Repeat only the stretch of lines below that runs from the line with "#246=AXIS2_PLACEMENT_3D('',#245,#16,#17);" through the line with "#252=FACE_BOUND('',#251,.F.);", unaltered.

> SUPPLIED DATA
· · · · ·
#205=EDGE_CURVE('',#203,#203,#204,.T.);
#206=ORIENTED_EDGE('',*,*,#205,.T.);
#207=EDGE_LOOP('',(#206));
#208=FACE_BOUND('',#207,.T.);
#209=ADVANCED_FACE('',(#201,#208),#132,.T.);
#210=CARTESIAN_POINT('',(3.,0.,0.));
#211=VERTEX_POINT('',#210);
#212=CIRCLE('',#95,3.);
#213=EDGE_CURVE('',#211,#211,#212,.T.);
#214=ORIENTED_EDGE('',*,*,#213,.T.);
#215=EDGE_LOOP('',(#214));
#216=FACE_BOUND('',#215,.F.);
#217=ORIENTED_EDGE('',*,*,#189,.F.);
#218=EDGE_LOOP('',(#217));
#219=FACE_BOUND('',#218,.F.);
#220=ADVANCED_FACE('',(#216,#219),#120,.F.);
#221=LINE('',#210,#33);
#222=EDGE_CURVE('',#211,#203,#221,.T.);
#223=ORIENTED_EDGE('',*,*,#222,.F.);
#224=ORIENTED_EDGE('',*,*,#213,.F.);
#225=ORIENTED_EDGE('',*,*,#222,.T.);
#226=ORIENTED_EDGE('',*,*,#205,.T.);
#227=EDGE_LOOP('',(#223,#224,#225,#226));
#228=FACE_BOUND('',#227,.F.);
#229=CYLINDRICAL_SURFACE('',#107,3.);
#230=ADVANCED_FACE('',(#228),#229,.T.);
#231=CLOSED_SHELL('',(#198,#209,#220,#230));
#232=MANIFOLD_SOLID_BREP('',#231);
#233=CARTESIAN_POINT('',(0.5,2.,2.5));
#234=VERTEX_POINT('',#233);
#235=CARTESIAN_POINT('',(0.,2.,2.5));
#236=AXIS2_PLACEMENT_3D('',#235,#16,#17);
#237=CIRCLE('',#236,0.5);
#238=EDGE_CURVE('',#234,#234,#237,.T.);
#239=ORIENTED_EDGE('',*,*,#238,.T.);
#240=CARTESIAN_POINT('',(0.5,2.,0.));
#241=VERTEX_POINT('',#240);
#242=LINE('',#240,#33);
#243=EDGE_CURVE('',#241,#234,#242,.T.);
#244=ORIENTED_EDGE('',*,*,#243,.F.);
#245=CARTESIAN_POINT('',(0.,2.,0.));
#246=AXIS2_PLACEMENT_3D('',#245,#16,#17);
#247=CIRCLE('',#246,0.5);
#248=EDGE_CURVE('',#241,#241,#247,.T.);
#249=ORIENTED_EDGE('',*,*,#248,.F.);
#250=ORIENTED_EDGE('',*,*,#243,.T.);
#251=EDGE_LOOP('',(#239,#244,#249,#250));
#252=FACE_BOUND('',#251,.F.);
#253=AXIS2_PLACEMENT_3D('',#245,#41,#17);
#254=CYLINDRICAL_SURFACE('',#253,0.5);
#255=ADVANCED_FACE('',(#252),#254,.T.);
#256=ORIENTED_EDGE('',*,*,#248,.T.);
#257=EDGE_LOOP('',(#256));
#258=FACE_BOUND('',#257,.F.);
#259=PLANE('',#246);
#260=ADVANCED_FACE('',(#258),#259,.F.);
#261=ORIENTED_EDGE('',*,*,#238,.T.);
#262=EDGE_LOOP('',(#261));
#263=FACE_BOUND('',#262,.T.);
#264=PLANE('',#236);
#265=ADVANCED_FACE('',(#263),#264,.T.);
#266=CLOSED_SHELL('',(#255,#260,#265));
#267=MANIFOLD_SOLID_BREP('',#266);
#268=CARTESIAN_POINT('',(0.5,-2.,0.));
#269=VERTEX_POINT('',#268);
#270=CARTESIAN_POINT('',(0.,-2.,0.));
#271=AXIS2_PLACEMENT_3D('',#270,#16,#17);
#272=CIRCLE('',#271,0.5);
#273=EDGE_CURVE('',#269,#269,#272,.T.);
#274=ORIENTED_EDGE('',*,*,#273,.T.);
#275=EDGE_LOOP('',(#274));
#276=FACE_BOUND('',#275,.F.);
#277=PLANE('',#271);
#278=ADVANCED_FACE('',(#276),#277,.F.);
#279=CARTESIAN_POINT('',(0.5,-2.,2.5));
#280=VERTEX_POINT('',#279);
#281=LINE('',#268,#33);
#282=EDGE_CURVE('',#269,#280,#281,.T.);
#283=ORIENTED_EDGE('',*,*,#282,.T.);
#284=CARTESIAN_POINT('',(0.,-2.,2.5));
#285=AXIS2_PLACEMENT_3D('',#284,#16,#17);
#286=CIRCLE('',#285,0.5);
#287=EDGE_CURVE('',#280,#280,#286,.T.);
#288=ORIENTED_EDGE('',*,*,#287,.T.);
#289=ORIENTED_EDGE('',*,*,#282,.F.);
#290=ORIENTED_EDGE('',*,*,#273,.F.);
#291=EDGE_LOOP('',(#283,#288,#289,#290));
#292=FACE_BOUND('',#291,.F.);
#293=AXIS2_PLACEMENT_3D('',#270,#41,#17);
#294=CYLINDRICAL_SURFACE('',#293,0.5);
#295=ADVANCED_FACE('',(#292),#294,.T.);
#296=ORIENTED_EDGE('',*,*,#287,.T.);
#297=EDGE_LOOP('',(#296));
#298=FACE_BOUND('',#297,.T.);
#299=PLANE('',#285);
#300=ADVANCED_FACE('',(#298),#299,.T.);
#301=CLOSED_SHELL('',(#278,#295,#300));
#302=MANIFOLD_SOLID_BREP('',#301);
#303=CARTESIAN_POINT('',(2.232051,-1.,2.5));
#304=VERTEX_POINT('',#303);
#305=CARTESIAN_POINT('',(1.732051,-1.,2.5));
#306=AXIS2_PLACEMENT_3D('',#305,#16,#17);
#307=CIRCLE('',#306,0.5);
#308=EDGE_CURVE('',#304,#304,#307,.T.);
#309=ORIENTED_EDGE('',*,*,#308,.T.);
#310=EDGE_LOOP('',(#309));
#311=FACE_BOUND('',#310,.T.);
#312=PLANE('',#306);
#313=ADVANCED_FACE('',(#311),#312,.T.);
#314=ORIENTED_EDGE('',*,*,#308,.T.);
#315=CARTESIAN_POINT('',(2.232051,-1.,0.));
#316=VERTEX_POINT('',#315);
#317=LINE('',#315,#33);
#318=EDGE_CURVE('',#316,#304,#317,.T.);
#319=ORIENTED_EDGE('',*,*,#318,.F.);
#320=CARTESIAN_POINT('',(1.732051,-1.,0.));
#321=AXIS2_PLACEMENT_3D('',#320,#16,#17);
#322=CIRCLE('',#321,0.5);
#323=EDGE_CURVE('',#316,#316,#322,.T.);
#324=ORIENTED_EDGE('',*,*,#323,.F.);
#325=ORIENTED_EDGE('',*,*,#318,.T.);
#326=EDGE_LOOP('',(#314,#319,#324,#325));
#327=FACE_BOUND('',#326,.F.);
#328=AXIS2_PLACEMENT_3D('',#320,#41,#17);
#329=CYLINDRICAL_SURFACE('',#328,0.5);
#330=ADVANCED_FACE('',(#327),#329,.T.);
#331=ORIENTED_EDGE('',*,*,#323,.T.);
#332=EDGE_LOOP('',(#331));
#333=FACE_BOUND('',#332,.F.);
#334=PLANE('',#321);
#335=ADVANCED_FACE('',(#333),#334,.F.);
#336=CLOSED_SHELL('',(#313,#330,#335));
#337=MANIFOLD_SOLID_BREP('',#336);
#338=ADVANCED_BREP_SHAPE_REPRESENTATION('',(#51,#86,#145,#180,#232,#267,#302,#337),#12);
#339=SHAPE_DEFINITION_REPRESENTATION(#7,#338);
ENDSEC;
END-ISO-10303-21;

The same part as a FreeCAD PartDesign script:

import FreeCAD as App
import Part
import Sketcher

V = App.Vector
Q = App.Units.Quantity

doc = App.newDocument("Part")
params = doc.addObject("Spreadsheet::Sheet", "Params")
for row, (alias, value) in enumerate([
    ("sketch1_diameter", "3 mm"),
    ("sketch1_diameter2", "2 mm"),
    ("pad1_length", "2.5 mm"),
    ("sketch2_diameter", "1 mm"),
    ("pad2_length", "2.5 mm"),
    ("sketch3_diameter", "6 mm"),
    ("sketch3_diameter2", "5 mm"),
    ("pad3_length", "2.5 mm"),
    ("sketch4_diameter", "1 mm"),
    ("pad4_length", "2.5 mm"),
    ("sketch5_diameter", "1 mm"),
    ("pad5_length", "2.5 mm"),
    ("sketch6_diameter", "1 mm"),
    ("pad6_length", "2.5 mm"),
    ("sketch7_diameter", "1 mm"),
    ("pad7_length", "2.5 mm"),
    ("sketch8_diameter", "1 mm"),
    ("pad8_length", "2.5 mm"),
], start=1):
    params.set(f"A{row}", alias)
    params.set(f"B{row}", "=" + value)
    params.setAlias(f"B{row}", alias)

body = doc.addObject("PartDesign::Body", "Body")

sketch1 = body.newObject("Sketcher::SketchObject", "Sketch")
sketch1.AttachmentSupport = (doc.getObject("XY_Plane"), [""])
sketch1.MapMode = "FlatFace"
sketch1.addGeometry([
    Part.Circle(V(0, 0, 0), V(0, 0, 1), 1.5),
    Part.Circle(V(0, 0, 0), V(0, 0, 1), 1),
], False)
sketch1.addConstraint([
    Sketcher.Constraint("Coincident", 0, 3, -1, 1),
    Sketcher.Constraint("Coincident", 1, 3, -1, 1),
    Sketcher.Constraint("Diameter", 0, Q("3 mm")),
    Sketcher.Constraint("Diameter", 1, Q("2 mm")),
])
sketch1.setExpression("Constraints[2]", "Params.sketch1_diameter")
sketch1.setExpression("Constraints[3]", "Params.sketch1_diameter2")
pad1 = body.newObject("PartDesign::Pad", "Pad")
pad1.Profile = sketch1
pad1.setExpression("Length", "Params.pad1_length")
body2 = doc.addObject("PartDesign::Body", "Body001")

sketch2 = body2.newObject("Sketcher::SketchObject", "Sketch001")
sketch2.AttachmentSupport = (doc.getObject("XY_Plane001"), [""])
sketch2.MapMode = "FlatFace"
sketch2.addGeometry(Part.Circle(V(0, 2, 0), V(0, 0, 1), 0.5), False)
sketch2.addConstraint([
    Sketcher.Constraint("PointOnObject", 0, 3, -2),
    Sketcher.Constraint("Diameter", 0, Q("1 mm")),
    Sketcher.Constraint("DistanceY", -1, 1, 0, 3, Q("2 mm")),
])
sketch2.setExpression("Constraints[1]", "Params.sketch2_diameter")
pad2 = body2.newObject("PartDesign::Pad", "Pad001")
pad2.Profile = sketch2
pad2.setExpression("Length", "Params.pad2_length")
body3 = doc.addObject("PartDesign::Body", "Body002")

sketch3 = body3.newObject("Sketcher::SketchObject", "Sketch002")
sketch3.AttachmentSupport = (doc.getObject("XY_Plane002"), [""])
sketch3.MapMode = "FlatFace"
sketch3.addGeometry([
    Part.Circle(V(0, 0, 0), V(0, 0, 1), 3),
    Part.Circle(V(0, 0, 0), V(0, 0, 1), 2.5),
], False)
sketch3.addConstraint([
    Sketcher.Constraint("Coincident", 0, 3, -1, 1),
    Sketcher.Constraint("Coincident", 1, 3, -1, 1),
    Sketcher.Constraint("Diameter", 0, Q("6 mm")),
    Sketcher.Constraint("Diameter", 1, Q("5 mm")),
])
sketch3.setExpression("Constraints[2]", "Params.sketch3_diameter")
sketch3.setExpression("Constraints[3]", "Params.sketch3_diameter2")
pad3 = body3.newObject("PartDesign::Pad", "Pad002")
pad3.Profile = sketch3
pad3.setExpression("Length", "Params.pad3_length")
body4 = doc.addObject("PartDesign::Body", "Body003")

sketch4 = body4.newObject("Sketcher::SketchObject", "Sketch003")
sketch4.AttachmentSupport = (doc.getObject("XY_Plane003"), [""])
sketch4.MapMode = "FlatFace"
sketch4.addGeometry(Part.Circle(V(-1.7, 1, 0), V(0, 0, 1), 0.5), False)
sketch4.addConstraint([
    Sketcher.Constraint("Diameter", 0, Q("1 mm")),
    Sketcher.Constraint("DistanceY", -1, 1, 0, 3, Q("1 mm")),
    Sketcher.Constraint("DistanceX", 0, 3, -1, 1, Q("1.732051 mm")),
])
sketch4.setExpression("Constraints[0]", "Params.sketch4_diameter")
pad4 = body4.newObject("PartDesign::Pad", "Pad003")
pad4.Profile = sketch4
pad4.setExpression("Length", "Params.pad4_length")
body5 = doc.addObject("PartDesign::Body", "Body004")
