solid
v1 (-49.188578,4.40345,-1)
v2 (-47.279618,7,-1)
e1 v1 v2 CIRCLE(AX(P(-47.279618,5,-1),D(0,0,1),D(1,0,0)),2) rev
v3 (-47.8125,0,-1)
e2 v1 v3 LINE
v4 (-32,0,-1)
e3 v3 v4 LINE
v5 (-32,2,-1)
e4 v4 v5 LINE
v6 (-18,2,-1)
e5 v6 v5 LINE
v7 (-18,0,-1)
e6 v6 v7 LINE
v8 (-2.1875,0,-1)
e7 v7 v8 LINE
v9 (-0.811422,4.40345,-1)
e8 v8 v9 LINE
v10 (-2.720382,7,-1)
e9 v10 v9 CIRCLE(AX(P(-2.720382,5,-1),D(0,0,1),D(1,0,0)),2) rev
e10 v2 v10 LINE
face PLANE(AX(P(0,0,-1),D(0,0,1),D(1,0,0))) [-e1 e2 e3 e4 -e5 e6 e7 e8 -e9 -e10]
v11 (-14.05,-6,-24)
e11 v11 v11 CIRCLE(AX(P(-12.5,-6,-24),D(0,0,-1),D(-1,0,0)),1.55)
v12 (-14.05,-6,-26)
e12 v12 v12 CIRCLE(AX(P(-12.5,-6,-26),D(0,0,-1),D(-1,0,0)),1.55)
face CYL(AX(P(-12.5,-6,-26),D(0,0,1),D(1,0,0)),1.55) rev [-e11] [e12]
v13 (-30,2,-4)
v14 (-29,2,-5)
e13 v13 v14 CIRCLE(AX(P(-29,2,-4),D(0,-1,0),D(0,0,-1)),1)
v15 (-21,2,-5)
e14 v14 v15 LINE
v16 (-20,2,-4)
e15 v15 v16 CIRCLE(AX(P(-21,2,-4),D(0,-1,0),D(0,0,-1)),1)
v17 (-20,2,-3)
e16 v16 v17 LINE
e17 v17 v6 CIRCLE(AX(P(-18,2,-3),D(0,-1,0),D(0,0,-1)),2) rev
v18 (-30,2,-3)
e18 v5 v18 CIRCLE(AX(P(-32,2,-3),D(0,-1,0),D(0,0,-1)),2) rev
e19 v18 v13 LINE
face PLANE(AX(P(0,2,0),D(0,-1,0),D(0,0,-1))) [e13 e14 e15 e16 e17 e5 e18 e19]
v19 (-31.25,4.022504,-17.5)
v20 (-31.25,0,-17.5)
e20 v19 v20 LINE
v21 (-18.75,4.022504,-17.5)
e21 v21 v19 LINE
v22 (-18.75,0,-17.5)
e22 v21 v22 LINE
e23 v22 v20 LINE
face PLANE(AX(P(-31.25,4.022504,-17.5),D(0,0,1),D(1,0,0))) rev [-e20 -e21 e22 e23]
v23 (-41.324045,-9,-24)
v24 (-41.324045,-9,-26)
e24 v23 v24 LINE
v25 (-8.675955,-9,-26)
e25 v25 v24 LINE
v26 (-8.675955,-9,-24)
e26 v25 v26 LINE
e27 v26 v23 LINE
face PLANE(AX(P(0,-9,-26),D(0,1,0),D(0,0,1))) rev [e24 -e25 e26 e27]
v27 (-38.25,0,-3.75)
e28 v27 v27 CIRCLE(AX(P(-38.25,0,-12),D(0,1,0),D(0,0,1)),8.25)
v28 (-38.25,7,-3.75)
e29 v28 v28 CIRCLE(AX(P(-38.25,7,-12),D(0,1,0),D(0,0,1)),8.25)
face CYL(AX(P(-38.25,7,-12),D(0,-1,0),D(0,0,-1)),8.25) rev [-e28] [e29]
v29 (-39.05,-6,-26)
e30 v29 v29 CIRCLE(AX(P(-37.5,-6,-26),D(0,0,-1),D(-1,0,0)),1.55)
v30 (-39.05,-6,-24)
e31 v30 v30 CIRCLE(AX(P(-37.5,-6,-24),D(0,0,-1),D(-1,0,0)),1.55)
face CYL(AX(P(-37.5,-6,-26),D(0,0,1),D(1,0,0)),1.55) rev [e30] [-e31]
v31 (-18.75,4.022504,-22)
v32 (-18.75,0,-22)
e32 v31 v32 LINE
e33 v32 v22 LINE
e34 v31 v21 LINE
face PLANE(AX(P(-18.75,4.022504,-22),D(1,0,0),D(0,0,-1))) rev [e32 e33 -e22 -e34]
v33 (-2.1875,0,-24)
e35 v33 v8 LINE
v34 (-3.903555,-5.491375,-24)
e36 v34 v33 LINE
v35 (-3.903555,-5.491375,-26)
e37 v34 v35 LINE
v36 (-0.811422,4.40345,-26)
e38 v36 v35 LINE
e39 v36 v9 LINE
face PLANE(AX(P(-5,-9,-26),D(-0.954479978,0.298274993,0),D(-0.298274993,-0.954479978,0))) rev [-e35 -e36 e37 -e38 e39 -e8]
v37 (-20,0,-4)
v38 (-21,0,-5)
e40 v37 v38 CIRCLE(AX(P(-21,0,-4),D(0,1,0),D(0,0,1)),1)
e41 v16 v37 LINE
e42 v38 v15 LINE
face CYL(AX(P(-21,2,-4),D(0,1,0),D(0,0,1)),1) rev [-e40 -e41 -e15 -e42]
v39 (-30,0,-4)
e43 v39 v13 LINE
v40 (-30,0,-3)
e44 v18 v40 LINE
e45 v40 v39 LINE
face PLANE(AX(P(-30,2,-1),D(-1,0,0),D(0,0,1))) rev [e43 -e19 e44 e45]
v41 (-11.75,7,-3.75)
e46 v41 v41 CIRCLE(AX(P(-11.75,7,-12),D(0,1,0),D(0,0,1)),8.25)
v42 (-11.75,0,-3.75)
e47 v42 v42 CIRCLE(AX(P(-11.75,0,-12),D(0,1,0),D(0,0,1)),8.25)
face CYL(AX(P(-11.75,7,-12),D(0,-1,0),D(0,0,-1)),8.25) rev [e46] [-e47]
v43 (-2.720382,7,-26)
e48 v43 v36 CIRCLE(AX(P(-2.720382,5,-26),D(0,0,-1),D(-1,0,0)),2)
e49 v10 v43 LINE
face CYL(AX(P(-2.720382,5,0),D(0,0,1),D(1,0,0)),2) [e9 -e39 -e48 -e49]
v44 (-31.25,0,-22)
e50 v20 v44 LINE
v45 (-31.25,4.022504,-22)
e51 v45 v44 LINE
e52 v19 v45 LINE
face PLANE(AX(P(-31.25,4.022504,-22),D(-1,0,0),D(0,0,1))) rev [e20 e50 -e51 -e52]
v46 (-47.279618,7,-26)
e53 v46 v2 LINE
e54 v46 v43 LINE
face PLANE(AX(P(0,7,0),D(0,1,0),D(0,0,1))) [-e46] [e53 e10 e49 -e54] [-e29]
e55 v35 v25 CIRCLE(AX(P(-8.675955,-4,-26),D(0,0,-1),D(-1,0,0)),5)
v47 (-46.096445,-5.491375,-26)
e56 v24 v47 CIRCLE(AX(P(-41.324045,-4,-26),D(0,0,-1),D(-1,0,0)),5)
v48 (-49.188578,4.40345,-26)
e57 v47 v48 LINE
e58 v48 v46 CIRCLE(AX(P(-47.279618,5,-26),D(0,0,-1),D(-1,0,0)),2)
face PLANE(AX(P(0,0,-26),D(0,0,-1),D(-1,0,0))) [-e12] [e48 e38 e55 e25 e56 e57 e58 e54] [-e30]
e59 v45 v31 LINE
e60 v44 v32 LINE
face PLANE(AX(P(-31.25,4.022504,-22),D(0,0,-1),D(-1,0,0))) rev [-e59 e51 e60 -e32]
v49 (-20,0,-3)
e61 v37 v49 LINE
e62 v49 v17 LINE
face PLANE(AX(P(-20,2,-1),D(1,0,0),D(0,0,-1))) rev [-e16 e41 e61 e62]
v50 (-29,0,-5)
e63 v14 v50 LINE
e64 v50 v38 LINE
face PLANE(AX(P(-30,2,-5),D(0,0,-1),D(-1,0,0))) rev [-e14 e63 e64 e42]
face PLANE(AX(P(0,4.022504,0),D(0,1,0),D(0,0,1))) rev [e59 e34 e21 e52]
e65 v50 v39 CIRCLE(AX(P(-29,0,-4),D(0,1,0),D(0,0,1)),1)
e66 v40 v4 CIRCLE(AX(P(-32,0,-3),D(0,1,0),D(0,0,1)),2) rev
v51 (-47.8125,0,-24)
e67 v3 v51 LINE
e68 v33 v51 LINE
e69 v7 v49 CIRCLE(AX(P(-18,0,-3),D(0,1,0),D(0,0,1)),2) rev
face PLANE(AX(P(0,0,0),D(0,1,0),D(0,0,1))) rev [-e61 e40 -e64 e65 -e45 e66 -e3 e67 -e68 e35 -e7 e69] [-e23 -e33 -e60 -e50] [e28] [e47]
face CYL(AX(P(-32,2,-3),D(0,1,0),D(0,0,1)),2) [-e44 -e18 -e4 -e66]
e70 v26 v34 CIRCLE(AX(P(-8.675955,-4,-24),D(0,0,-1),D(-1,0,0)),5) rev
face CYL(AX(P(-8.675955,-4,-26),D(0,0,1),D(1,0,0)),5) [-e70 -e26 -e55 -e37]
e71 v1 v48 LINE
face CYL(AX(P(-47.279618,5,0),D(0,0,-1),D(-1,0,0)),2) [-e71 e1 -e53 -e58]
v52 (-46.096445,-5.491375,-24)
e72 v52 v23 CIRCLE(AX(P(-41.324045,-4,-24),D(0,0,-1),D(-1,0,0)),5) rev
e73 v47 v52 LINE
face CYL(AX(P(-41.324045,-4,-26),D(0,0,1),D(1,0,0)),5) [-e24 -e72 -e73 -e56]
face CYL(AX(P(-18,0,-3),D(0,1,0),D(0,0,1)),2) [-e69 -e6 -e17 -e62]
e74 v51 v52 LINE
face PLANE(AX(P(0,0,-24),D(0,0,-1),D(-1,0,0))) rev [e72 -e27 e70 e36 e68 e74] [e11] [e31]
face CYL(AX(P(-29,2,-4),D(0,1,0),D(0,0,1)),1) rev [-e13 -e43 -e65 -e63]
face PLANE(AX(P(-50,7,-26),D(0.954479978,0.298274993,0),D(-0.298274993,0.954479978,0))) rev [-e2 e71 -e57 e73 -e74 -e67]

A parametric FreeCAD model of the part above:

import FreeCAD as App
import Part
import Sketcher
from FreeCAD import Vector
Q = App.Units.Quantity


def edges_at(feature, points):
    """Names of the edges that pass closest to the given points."""
    edges = feature.Shape.Edges
    near = lambda p: min(range(len(edges)), key=lambda i: edges[i].distToShape(Part.Vertex(*p))[0])
    return sorted({f"Edge{near(p) + 1}" for p in points})

doc = App.newDocument("Part")
body = doc.addObject("PartDesign::Body", "Body")

# Sketch on XZ plane
sketch1 = body.newObject("Sketcher::SketchObject", "Sketch")
sketch1.AttachmentSupport = (doc.getObject("XZ_Plane"), [""])
sketch1.MapMode = "FlatFace"
sketch1.addGeometry(Part.LineSegment(Vector(-50, -24, 0), Vector(-50, 0, 0)), False)
sketch1.addGeometry(Part.LineSegment(Vector(-50, 0, 0), Vector(0, 0, 0)), False)
sketch1.addGeometry(Part.LineSegment(Vector(0, 0, 0), Vector(0, -24, 0)), False)
sketch1.addGeometry(Part.LineSegment(Vector(0, -24, 0), Vector(-50, -24, 0)), False)
sketch1.addGeometry(Part.Circle(Vector(-38, -12, 0), Vector(0, 0, 1), 8), False)
sketch1.addGeometry(Part.Circle(Vector(-12, -12, 0), Vector(0, 0, 1), 8), False)
sketch1.addConstraint(Sketcher.Constraint("Coincident", 0, 2, 1, 1))
sketch1.addConstraint(Sketcher.Constraint("Coincident", 1, 2, 2, 1))
sketch1.addConstraint(Sketcher.Constraint("Coincident", 2, 2, 3, 1))
sketch1.addConstraint(Sketcher.Constraint("Coincident", 3, 2, 0, 1))
sketch1.addConstraint(Sketcher.Constraint("Vertical", 0))
sketch1.addConstraint(Sketcher.Constraint("Horizontal", 1))
sketch1.addConstraint(Sketcher.Constraint("Vertical", 2))
sketch1.addConstraint(Sketcher.Constraint("Horizontal", 3))
sketch1.addConstraint(Sketcher.Constraint("Coincident", 1, 2, -1, 1))
sketch1.addConstraint(Sketcher.Constraint("Equal", 4, 5))
sketch1.addConstraint(Sketcher.Constraint("Horizontal", 4, 3, 5, 3))
sketch1.addConstraint(Sketcher.Constraint("Diameter", 4, Q("16.5 mm")))
sketch1.addConstraint(Sketcher.Constraint("DistanceX", 1, 1, 1, 2, Q("50 mm")))
sketch1.addConstraint(Sketcher.Constraint("DistanceY", 0, 1, 0, 2, Q("24 mm")))
sketch1.addConstraint(Sketcher.Constraint("DistanceY", 4, 3, -1, 1, Q("12 mm")))
sketch1.addConstraint(Sketcher.Constraint("DistanceX", 4, 3, 5, 3, Q("26.5 mm")))
sketch1.addConstraint(Sketcher.Constraint("DistanceX", 4, 3, -1, 1, Q("38.25 mm")))
pad1 = body.newObject("PartDesign::Pad", "Pad")
pad1.Profile = sketch1
pad1.Length = 7
pad1.Reversed = True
· · · · ·
> PROBLEM SOLUTION
#246=AXIS2_PLACEMENT_3D('',#245,#16,#17);
#247=CIRCLE('',#246,0.5);
#248=EDGE_CURVE('',#241,#241,#247,.T.);
#249=ORIENTED_EDGE('',*,*,#248,.F.);
#250=ORIENTED_EDGE('',*,*,#243,.T.);
#251=EDGE_LOOP('',(#239,#244,#249,#250));
#252=FACE_BOUND('',#251,.F.);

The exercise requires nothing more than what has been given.